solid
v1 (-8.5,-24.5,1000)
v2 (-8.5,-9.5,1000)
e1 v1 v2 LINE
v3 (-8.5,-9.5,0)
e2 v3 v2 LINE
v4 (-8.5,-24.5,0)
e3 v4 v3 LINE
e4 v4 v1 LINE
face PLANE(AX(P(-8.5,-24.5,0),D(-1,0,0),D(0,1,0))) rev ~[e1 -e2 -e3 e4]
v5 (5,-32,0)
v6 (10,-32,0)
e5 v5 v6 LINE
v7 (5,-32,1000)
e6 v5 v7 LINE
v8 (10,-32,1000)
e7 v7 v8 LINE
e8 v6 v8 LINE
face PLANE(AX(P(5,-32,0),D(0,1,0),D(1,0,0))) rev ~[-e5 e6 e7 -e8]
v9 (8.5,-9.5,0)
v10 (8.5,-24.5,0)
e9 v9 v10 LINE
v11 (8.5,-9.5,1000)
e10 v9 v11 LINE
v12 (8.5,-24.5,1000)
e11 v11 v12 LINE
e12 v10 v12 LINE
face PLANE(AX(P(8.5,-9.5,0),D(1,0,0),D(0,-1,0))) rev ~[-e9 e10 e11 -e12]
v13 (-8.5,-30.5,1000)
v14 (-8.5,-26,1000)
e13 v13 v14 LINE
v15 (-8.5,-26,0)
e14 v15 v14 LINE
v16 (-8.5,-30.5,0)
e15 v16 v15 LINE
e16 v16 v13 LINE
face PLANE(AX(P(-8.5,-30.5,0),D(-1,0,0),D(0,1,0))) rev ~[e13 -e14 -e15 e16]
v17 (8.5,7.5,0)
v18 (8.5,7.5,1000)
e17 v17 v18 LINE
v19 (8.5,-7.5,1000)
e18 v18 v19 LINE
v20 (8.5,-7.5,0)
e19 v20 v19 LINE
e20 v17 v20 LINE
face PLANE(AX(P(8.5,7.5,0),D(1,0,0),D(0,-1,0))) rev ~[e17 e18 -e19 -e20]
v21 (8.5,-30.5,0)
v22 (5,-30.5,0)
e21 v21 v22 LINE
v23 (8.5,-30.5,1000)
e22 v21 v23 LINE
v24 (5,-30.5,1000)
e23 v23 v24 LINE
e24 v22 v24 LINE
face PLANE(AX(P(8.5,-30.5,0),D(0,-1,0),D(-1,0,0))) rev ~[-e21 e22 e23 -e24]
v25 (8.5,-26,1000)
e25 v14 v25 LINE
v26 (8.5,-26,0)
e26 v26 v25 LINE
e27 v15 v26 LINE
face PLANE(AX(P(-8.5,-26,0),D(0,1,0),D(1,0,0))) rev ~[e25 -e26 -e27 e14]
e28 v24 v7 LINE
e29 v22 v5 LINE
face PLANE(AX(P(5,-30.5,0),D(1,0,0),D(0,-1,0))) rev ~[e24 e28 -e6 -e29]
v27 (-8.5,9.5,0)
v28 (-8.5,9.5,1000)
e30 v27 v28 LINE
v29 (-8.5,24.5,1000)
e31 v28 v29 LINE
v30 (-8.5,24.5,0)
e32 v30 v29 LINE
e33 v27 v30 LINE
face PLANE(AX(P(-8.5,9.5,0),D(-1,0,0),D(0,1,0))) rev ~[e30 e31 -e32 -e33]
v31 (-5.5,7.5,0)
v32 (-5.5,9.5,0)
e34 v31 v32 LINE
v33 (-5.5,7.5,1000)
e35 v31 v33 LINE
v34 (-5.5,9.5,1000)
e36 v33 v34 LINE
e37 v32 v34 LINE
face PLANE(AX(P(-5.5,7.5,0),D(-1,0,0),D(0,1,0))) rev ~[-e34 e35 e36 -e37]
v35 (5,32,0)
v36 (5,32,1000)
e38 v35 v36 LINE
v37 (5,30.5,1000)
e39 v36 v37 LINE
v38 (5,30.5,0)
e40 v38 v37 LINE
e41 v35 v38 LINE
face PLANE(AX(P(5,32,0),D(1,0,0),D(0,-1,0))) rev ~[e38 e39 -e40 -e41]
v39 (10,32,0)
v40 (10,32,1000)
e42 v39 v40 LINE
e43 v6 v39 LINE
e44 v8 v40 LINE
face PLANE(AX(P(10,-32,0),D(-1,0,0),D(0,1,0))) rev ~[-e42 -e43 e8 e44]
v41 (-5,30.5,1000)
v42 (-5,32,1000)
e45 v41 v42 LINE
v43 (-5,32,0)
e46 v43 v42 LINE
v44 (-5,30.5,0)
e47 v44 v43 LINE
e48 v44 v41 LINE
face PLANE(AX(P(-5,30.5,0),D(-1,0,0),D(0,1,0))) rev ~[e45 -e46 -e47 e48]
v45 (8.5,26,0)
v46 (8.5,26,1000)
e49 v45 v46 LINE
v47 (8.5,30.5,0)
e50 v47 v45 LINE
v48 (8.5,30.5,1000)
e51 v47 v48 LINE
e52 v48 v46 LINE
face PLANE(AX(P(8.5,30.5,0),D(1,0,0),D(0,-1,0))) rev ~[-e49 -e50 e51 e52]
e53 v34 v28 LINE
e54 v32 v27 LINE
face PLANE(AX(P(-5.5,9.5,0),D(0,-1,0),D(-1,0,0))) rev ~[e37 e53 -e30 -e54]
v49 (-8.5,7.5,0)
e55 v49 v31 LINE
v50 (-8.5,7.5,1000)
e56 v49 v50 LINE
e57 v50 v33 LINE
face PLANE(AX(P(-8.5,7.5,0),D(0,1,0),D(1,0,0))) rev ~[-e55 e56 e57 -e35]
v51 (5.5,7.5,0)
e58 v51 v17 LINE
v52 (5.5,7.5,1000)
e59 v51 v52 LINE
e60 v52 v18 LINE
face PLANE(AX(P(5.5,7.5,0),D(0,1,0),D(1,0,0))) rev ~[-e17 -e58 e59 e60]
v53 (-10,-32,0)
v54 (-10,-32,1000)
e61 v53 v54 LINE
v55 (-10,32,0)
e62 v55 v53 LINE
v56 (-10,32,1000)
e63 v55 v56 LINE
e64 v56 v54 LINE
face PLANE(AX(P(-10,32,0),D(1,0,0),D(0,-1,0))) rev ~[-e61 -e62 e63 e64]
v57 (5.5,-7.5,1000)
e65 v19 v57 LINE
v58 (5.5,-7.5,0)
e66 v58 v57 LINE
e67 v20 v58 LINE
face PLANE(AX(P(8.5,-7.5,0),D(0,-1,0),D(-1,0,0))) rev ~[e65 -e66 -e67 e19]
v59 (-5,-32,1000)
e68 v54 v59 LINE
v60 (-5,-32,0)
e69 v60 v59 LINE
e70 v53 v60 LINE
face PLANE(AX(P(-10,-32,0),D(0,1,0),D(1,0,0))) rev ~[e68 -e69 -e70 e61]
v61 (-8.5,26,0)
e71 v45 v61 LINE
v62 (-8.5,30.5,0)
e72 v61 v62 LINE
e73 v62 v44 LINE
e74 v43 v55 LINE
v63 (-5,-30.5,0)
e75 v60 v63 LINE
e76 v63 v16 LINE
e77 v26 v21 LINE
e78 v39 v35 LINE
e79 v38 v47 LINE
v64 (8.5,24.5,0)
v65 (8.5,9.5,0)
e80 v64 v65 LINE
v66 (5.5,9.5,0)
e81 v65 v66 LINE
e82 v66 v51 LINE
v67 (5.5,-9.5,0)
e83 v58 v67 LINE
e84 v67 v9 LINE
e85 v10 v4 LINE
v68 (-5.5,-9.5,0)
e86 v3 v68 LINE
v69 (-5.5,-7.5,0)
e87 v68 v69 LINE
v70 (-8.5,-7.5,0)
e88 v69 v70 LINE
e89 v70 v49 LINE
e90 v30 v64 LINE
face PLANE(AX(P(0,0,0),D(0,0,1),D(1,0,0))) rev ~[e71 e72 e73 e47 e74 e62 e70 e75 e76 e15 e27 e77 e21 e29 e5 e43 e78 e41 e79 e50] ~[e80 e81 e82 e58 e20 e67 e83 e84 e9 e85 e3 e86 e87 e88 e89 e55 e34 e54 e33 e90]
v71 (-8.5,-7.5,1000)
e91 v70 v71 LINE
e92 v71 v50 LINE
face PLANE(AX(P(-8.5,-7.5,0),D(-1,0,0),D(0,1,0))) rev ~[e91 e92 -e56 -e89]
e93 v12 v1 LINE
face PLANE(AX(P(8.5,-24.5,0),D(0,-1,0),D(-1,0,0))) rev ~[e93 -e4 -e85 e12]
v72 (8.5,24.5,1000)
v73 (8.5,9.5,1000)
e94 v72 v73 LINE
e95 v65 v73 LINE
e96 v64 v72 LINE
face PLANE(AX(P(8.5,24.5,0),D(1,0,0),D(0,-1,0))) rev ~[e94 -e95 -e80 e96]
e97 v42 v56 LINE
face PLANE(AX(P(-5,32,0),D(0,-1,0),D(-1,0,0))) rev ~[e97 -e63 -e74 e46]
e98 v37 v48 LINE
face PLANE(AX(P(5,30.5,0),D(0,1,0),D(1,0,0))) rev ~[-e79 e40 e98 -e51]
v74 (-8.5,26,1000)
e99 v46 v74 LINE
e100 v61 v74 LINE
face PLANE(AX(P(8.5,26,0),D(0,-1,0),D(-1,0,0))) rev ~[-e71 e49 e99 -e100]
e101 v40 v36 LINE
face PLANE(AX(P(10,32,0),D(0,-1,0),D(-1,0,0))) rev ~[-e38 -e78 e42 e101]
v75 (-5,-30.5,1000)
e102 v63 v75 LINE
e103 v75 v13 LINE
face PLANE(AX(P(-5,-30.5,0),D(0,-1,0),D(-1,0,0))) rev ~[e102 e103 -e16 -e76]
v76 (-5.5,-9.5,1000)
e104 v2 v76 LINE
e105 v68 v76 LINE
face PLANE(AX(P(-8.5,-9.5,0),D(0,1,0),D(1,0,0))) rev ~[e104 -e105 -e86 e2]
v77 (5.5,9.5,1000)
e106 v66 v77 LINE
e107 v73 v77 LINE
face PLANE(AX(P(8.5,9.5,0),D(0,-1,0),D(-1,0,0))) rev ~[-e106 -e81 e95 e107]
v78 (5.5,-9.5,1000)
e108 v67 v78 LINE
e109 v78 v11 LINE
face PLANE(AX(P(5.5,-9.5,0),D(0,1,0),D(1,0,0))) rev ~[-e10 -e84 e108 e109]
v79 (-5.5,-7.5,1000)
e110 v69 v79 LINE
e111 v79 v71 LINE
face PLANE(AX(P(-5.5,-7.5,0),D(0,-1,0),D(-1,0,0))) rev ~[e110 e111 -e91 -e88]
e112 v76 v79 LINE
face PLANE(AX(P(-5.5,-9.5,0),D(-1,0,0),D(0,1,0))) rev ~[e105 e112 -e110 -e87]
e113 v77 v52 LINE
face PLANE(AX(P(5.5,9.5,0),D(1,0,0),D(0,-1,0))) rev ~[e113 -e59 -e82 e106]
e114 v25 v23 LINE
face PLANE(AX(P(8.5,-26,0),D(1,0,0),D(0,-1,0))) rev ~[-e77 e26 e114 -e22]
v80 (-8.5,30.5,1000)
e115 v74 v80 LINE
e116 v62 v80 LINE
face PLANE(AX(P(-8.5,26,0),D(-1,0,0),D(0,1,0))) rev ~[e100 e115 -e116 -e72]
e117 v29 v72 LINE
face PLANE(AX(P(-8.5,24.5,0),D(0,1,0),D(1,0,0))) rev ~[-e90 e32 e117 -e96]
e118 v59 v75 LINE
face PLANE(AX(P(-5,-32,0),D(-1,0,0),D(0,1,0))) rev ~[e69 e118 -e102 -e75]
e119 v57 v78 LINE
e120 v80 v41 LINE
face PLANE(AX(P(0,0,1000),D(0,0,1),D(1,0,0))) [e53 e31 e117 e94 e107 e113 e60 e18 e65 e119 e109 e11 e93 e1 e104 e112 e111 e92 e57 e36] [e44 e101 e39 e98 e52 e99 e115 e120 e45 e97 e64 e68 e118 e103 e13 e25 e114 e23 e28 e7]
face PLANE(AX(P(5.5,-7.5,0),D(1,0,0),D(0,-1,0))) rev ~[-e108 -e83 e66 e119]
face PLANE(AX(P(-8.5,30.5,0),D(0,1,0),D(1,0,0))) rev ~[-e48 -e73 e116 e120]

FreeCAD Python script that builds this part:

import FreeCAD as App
import Part
import Sketcher
Q = App.Units.Quantity

doc = App.newDocument("Part")
body = doc.addObject("PartDesign::Body", "Body")

sketch1 = body.newObject("Sketcher::SketchObject", "Sketch")
sketch1.AttachmentSupport = (doc.getObject("XY_Plane"), [""])
sketch1.MapMode = "FlatFace"
sketch1.addGeometry([
    Part.LineSegment(App.Vector(-5, 30.5, 0), App.Vector(-5, 32, 0)),
    Part.LineSegment(App.Vector(-5, 32, 0), App.Vector(-10, 32, 0)),
    Part.LineSegment(App.Vector(-10, 32, 0), App.Vector(-10, -32, 0)),
    Part.LineSegment(App.Vector(-10, -32, 0), App.Vector(-5, -32, 0)),
    Part.LineSegment(App.Vector(-5, -32, 0), App.Vector(-5, -30.5, 0)),
    Part.LineSegment(App.Vector(-5, -30.5, 0), App.Vector(-8.5, -30.5, 0)),
    Part.LineSegment(App.Vector(-8.5, -30.5, 0), App.Vector(-8.5, -26, 0)),
    Part.LineSegment(App.Vector(-8.5, -26, 0), App.Vector(8.5, -26, 0)),
    Part.LineSegment(App.Vector(8.5, -26, 0), App.Vector(8.5, -30.5, 0)),
    Part.LineSegment(App.Vector(8.5, -30.5, 0), App.Vector(5, -30.5, 0)),
    Part.LineSegment(App.Vector(5, -30.5, 0), App.Vector(5, -32, 0)),
    Part.LineSegment(App.Vector(5, -32, 0), App.Vector(10, -32, 0)),
    Part.LineSegment(App.Vector(10, -32, 0), App.Vector(10, 32, 0)),
    Part.LineSegment(App.Vector(10, 32, 0), App.Vector(5, 32, 0)),
    Part.LineSegment(App.Vector(5, 32, 0), App.Vector(5, 30.5, 0)),
    Part.LineSegment(App.Vector(5, 30.5, 0), App.Vector(8.5, 30.5, 0)),
    Part.LineSegment(App.Vector(8.5, 30.5, 0), App.Vector(8.5, 26, 0)),
    Part.LineSegment(App.Vector(8.5, 26, 0), App.Vector(-8.5, 26, 0)),
    Part.LineSegment(App.Vector(-8.5, 26, 0), App.Vector(-8.5, 30.5, 0)),
    Part.LineSegment(App.Vector(-8.5, 30.5, 0), App.Vector(-5, 30.5, 0)),
    Part.LineSegment(App.Vector(-5.5, 9.5, 0), App.Vector(-8.5, 9.5, 0)),
    Part.LineSegment(App.Vector(-8.5, 9.5, 0), App.Vector(-8.5, 24.5, 0)),
    Part.LineSegment(App.Vector(-8.5, 24.5, 0), App.Vector(8.5, 24.5, 0)),
    Part.LineSegment(App.Vector(8.5, 24.5, 0), App.Vector(8.5, 9.5, 0)),
    Part.LineSegment(App.Vector(8.5, 9.5, 0), App.Vector(5.5, 9.5, 0)),
    Part.LineSegment(App.Vector(5.5, 9.5, 0), App.Vector(5.5, 7.5, 0)),
    Part.LineSegment(App.Vector(5.5, 7.5, 0), App.Vector(8.5, 7.5, 0)),
    Part.LineSegment(App.Vector(8.5, 7.5, 0), App.Vector(8.5, -7.5, 0)),
    Part.LineSegment(App.Vector(8.5, -7.5, 0), App.Vector(5.5, -7.5, 0)),
    Part.LineSegment(App.Vector(5.5, -7.5, 0), App.Vector(5.5, -9.5, 0)),
    Part.LineSegment(App.Vector(5.5, -9.5, 0), App.Vector(8.5, -9.5, 0)),
    Part.LineSegment(App.Vector(8.5, -9.5, 0), App.Vector(8.5, -24.5, 0)),
    Part.LineSegment(App.Vector(8.5, -24.5, 0), App.Vector(-8.5, -24.5, 0)),
    Part.LineSegment(App.Vector(-8.5, -24.5, 0), App.Vector(-8.5, -9.5, 0)),
    Part.LineSegment(App.Vector(-8.5, -9.5, 0), App.Vector(-5.5, -9.5, 0)),
    Part.LineSegment(App.Vector(-5.5, -9.5, 0), App.Vector(-5.5, -7.5, 0)),
    Part.LineSegment(App.Vector(-5.5, -7.5, 0), App.Vector(-8.5, -7.5, 0)),
    Part.LineSegment(App.Vector(-8.5, -7.5, 0), App.Vector(-8.5, 7.5, 0)),
    Part.LineSegment(App.Vector(-8.5, 7.5, 0), App.Vector(-5.5, 7.5, 0)),
    Part.LineSegment(App.Vector(-5.5, 7.5, 0), App.Vector(-5.5, 9.5, 0)),
], False)
sketch1.addConstraint([
    Sketcher.Constraint("Coincident", 0, 2, 1, 1),
    Sketcher.Constraint("Coincident", 1, 2, 2, 1),
    Sketcher.Constraint("Coincident", 2, 2, 3, 1),
    Sketcher.Constraint("Coincident", 3, 2, 4, 1),
    Sketcher.Constraint("Coincident", 4, 2, 5, 1),
    Sketcher.Constraint("Coincident", 5, 2, 6, 1),
    Sketcher.Constraint("Coincident", 6, 2, 7, 1),
    Sketcher.Constraint("Coincident", 7, 2, 8, 1),
    Sketcher.Constraint("Coincident", 8, 2, 9, 1),
    Sketcher.Constraint("Coincident", 9, 2, 10, 1),
    Sketcher.Constraint("Coincident", 10, 2, 11, 1),
    Sketcher.Constraint("Coincident", 11, 2, 12, 1),
    Sketcher.Constraint("Coincident", 12, 2, 13, 1),
    Sketcher.Constraint("Coincident", 13, 2, 14, 1),
    Sketcher.Constraint("Coincident", 14, 2, 15, 1),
• • • • • • •
(Assigned task)
In the entries above, please find the line with "v7 (5,-32,1000)" and the line with "e37 v32 v34 LINE", then write out exactly those two lines and every line between them, and nothing more.

(Response area)
v7 (5,-32,1000)
e6 v5 v7 LINE
v8 (10,-32,1000)
e7 v7 v8 LINE
e8 v6 v8 LINE
face PLANE(AX(P(5,-32,0),D(0,1,0),D(1,0,0))) rev ~[-e5 e6 e7 -e8]
v9 (8.5,-9.5,0)
v10 (8.5,-24.5,0)
e9 v9 v10 LINE
v11 (8.5,-9.5,1000)
e10 v9 v11 LINE
v12 (8.5,-24.5,1000)
e11 v11 v12 LINE
e12 v10 v12 LINE
face PLANE(AX(P(8.5,-9.5,0),D(1,0,0),D(0,-1,0))) rev ~[-e9 e10 e11 -e12]
v13 (-8.5,-30.5,1000)
v14 (-8.5,-26,1000)
e13 v13 v14 LINE
v15 (-8.5,-26,0)
e14 v15 v14 LINE
v16 (-8.5,-30.5,0)
e15 v16 v15 LINE
e16 v16 v13 LINE
face PLANE(AX(P(-8.5,-30.5,0),D(-1,0,0),D(0,1,0))) rev ~[e13 -e14 -e15 e16]
v17 (8.5,7.5,0)
v18 (8.5,7.5,1000)
e17 v17 v18 LINE
v19 (8.5,-7.5,1000)
e18 v18 v19 LINE
v20 (8.5,-7.5,0)
e19 v20 v19 LINE
e20 v17 v20 LINE
face PLANE(AX(P(8.5,7.5,0),D(1,0,0),D(0,-1,0))) rev ~[e17 e18 -e19 -e20]
v21 (8.5,-30.5,0)
v22 (5,-30.5,0)
e21 v21 v22 LINE
v23 (8.5,-30.5,1000)
e22 v21 v23 LINE
v24 (5,-30.5,1000)
e23 v23 v24 LINE
e24 v22 v24 LINE
face PLANE(AX(P(8.5,-30.5,0),D(0,-1,0),D(-1,0,0))) rev ~[-e21 e22 e23 -e24]
v25 (8.5,-26,1000)
e25 v14 v25 LINE
v26 (8.5,-26,0)
e26 v26 v25 LINE
e27 v15 v26 LINE
face PLANE(AX(P(-8.5,-26,0),D(0,1,0),D(1,0,0))) rev ~[e25 -e26 -e27 e14]
e28 v24 v7 LINE
e29 v22 v5 LINE
face PLANE(AX(P(5,-30.5,0),D(1,0,0),D(0,-1,0))) rev ~[e24 e28 -e6 -e29]
v27 (-8.5,9.5,0)
v28 (-8.5,9.5,1000)
e30 v27 v28 LINE
v29 (-8.5,24.5,1000)
e31 v28 v29 LINE
v30 (-8.5,24.5,0)
e32 v30 v29 LINE
e33 v27 v30 LINE
face PLANE(AX(P(-8.5,9.5,0),D(-1,0,0),D(0,1,0))) rev ~[e30 e31 -e32 -e33]
v31 (-5.5,7.5,0)
v32 (-5.5,9.5,0)
e34 v31 v32 LINE
v33 (-5.5,7.5,1000)
e35 v31 v33 LINE
v34 (-5.5,9.5,1000)
e36 v33 v34 LINE
e37 v32 v34 LINE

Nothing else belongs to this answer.